According to the process of the present invention, it is possible to manufacture a small container excellent in airtightness and mechanical strength because of improved material quality and integrity of the welded part, and in particular, it can be used in a storage container for a refrigerant, and productivity and manufacturing cost than the existing method. And it is possible to increase the resource recycling, and to actively cope with the design change to improve the performance when necessary due to the nature of the welding process.

Claims (5)

Forming a plate-shaped steel material to produce an upper body and a lower body symmetric with each other, the upper body is to form a continuous V-shaped projection on the outer circumferential surface welding line, and the upper and lower body in accordance with the shape of the container Method for producing a small container excellent in airtightness and mechanical strength, characterized in that the step consisting of welding and placing on the processed block-shaped electrode.

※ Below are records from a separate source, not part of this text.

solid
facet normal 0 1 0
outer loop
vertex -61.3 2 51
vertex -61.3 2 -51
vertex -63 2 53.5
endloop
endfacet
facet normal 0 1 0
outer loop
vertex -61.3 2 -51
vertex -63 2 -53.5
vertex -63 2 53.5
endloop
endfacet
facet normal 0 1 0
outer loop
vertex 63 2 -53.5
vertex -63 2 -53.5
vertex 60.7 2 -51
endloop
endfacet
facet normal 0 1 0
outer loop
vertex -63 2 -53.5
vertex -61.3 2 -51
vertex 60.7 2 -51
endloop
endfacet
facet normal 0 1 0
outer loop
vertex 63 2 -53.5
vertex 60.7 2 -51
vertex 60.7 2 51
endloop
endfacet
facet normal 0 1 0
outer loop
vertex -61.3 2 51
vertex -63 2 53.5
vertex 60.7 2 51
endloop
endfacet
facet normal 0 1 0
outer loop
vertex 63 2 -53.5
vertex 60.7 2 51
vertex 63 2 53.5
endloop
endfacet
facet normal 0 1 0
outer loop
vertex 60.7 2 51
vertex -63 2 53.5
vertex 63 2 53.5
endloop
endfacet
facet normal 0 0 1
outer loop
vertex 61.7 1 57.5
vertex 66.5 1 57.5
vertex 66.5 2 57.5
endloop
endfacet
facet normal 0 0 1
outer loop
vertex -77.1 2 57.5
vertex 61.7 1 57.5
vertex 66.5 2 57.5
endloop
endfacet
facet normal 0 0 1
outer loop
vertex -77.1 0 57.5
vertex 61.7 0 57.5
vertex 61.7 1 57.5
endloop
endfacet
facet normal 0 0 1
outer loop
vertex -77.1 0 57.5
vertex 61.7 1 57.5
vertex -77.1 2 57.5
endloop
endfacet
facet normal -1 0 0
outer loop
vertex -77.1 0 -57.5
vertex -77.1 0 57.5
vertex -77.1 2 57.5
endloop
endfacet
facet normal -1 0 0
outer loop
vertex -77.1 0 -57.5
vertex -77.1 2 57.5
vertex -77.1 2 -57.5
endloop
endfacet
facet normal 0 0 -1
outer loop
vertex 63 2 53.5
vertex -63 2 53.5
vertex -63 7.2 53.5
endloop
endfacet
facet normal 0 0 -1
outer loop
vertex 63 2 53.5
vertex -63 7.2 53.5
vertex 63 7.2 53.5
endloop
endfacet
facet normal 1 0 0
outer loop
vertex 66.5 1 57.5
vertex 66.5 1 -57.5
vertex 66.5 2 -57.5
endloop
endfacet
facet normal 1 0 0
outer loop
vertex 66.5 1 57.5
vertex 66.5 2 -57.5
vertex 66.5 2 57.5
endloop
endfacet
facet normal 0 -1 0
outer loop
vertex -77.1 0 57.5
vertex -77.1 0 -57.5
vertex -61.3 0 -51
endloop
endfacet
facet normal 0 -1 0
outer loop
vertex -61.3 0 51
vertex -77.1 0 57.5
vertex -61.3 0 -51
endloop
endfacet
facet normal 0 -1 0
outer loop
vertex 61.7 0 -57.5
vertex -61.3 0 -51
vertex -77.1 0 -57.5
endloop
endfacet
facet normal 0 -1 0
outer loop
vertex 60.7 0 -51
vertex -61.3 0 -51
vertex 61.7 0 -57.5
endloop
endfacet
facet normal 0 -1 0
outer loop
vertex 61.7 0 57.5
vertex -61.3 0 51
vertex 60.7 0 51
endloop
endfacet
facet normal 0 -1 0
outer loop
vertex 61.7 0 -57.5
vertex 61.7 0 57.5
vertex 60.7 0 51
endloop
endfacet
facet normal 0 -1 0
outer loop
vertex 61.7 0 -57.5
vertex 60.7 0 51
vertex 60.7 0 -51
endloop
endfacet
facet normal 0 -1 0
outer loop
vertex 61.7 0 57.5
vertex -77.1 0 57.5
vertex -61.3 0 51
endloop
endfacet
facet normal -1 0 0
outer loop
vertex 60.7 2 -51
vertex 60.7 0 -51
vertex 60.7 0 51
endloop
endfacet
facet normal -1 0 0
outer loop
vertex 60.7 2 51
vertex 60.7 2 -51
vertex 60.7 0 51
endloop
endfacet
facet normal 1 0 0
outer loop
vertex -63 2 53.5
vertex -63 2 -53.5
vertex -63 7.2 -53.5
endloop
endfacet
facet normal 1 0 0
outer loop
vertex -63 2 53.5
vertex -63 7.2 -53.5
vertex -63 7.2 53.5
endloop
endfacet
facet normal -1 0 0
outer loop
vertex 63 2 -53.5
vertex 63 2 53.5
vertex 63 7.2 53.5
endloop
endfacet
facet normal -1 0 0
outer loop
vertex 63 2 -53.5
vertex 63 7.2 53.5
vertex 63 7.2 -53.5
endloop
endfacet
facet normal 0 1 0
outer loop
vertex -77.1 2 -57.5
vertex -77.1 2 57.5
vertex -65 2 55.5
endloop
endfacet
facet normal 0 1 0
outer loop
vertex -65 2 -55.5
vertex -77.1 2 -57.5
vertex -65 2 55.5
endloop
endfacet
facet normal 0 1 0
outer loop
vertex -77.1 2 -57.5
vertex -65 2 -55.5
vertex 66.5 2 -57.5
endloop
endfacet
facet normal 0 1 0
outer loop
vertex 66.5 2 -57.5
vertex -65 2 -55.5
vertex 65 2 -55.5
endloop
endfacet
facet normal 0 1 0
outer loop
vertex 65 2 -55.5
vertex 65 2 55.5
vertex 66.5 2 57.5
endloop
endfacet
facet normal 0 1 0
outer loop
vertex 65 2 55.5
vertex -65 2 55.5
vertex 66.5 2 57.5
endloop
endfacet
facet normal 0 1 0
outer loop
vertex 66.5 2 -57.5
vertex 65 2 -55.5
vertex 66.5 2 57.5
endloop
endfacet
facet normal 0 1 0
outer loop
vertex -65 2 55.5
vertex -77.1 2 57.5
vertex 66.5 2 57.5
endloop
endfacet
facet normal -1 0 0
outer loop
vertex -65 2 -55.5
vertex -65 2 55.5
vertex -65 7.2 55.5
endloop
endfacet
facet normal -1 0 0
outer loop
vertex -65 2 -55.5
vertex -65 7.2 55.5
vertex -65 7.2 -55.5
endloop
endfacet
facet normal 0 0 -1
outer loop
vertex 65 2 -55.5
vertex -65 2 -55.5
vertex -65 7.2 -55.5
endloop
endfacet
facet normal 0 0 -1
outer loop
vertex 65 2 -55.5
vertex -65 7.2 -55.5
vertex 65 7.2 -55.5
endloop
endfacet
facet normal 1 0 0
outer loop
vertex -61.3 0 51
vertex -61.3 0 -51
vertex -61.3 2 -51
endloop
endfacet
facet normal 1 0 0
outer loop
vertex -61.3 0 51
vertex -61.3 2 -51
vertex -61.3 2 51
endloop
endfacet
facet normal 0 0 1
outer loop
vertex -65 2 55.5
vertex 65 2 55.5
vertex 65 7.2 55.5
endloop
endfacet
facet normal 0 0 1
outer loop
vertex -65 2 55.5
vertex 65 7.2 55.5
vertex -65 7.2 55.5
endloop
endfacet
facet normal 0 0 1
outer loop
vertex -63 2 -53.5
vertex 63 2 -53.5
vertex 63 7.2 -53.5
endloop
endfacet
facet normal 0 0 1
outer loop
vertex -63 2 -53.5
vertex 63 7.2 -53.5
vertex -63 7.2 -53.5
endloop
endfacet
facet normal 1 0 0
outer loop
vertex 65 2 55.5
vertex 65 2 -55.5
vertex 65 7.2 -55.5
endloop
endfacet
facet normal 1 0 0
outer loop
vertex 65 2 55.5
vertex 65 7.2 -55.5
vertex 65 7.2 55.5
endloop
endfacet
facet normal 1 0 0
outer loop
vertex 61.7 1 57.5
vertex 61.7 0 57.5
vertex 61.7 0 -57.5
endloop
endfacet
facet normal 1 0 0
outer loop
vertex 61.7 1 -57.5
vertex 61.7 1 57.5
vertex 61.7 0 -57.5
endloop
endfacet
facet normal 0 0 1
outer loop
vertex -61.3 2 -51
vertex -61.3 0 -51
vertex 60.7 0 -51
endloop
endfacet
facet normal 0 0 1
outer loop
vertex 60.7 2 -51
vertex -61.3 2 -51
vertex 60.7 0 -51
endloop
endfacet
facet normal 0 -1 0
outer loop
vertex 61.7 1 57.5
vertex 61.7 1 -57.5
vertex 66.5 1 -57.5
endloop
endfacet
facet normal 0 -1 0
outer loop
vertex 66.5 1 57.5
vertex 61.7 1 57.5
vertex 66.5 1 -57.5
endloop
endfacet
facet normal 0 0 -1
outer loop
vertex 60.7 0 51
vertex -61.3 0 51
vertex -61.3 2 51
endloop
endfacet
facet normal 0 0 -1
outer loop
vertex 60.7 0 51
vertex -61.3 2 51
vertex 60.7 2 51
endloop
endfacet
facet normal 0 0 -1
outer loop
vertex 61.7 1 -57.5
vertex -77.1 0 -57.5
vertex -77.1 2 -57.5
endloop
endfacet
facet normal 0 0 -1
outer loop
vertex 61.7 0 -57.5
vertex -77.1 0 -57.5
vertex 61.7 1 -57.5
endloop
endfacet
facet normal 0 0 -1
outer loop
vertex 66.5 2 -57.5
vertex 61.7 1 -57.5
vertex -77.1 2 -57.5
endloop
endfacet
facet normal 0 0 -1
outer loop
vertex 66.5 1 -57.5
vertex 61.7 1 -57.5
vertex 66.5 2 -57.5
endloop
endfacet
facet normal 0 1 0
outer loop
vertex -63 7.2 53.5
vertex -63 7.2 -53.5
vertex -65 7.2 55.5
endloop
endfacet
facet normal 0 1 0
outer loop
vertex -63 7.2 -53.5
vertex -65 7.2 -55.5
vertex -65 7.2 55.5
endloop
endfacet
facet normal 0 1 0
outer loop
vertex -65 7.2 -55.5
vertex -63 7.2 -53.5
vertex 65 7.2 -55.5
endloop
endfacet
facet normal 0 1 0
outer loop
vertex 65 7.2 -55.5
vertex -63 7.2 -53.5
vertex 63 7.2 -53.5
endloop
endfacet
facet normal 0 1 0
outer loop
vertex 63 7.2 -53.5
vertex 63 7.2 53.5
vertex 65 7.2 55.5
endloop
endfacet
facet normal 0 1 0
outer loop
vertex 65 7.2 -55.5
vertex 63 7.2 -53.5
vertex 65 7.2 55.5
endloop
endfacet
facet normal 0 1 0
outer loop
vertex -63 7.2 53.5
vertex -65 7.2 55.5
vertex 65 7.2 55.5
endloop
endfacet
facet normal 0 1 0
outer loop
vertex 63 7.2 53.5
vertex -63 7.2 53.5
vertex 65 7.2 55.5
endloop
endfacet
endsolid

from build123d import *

# Parameters (mm, degrees)
F0_W          = 124.7
F0_H          = 107
F0_W_2        = 122
F0_H_2        = 102
F0_W_3        = 1.3
F1_DEPTH      = 2
F2_DEPTH      = 7.2
F3_DEPTH      = 1
F3_DEPTH_BACK = 2


with BuildPart() as f1:
    # F0 (on Front) → F1 (new body)
    with BuildSketch(Plane.XZ):
        Polygon((-77.1, -57.5), (61.7, -57.5), (61.7, -55.5), (-65, -55.5), (-65, 55.5), (61.7, 55.5), (61.7, 57.5), (-77.1, 57.5), align=None)
        Polygon((61.7, -53.5), (61.7, -55.5), (65, -55.5), (65, 55.5), (61.7, 55.5), (61.7, 53.5), (63, 53.5), (63, -53.5), align=None)
        Polygon((-65, -55.5), (61.7, -55.5), (61.7, -53.5), (-63, -53.5), (-63, 53.5), (61.7, 53.5), (61.7, 55.5), (-65, 55.5), align=None)
        with Locations((-0.65, 0)):
            Rectangle(F0_W, F0_H)
        with Locations((-0.3, 0)):
            Rectangle(F0_W_2, F0_H_2, mode=Mode.SUBTRACT)
        Polygon((61.7, -57.5), (66.5, -57.5), (66.5, 57.5), (61.7, 57.5), (61.7, 55.5), (65, 55.5), (65, -55.5), (61.7, -55.5), align=None)
        with Locations((62.35, 0)):
            Rectangle(F0_W_3, F0_H)
    extrude(amount=-F1_DEPTH)

    # F0 (on Front) → F2 (join)
    with BuildSketch(Plane.XZ):
        Polygon((61.7, -53.5), (61.7, -55.5), (65, -55.5), (65, 55.5), (61.7, 55.5), (61.7, 53.5), (63, 53.5), (63, -53.5), align=None)
        Polygon((-65, -55.5), (61.7, -55.5), (61.7, -53.5), (-63, -53.5), (-63, 53.5), (61.7, 53.5), (61.7, 55.5), (-65, 55.5), align=None)
    extrude(amount=-F2_DEPTH)

    # F0 (on Front) → F3 (cut, two sides)
    with BuildSketch(Plane.XZ) as f3_sk:
        Polygon((61.7, -57.5), (66.5, -57.5), (66.5, 57.5), (61.7, 57.5), (61.7, 55.5), (65, 55.5), (65, -55.5), (61.7, -55.5), align=None)
        with Locations((62.35, 0)):
            Rectangle(F0_W_3, F0_H)
        Polygon((61.7, -53.5), (61.7, -55.5), (65, -55.5), (65, 55.5), (61.7, 55.5), (61.7, 53.5), (63, 53.5), (63, -53.5), align=None)
    extrude(amount=-F3_DEPTH, mode=Mode.SUBTRACT)
    extrude(f3_sk.sketch, amount=F3_DEPTH_BACK, mode=Mode.SUBTRACT)


solid = f1.part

The method of claim 1, wherein the welding step Applying a preliminary pressure to the electrode to such an extent that a slight deformation occurs at the proximal tip of the upper body; Applying a welding current to heat-melt the welding line when the upper and lower bodies are stably in contact with each other by the preliminary pressure; Pressing the molten portion by increasing the welding pressure from the preliminary pressure P ₁ to the main pressure P ₂ immediately before the solidification of the molten portion is completed at the end of the current holding time of the welding current; A method of manufacturing a small container excellent in airtightness and mechanical strength, characterized in that the step of stopping the energization of the welding current after a certain time after pressing the melted portion and releasing the main pressure after the welding line is completely cooled. The method according to claim 1 or 2, The plate-shaped steel material is a small container excellent in airtightness and mechanical strength, characterized in that the heat conductivity is 0.5 ~ 2.0mm high thermal conductivity. The method according to claim 1 or 2, The V-shaped protrusion of the upper body has a height of 70 to 110% of the base material system, the projection angle is 60 to 120 °, characterized in that the airtightness and mechanical strength excellent manufacturing method of a small container. The method of claim 2, The ratio of the preliminary pressure (P ₁ ) and the main pressure (P ₂ ) is 0.5 to 0.8 characterized in that the airtightness and mechanical strength excellent manufacturing method of a small container.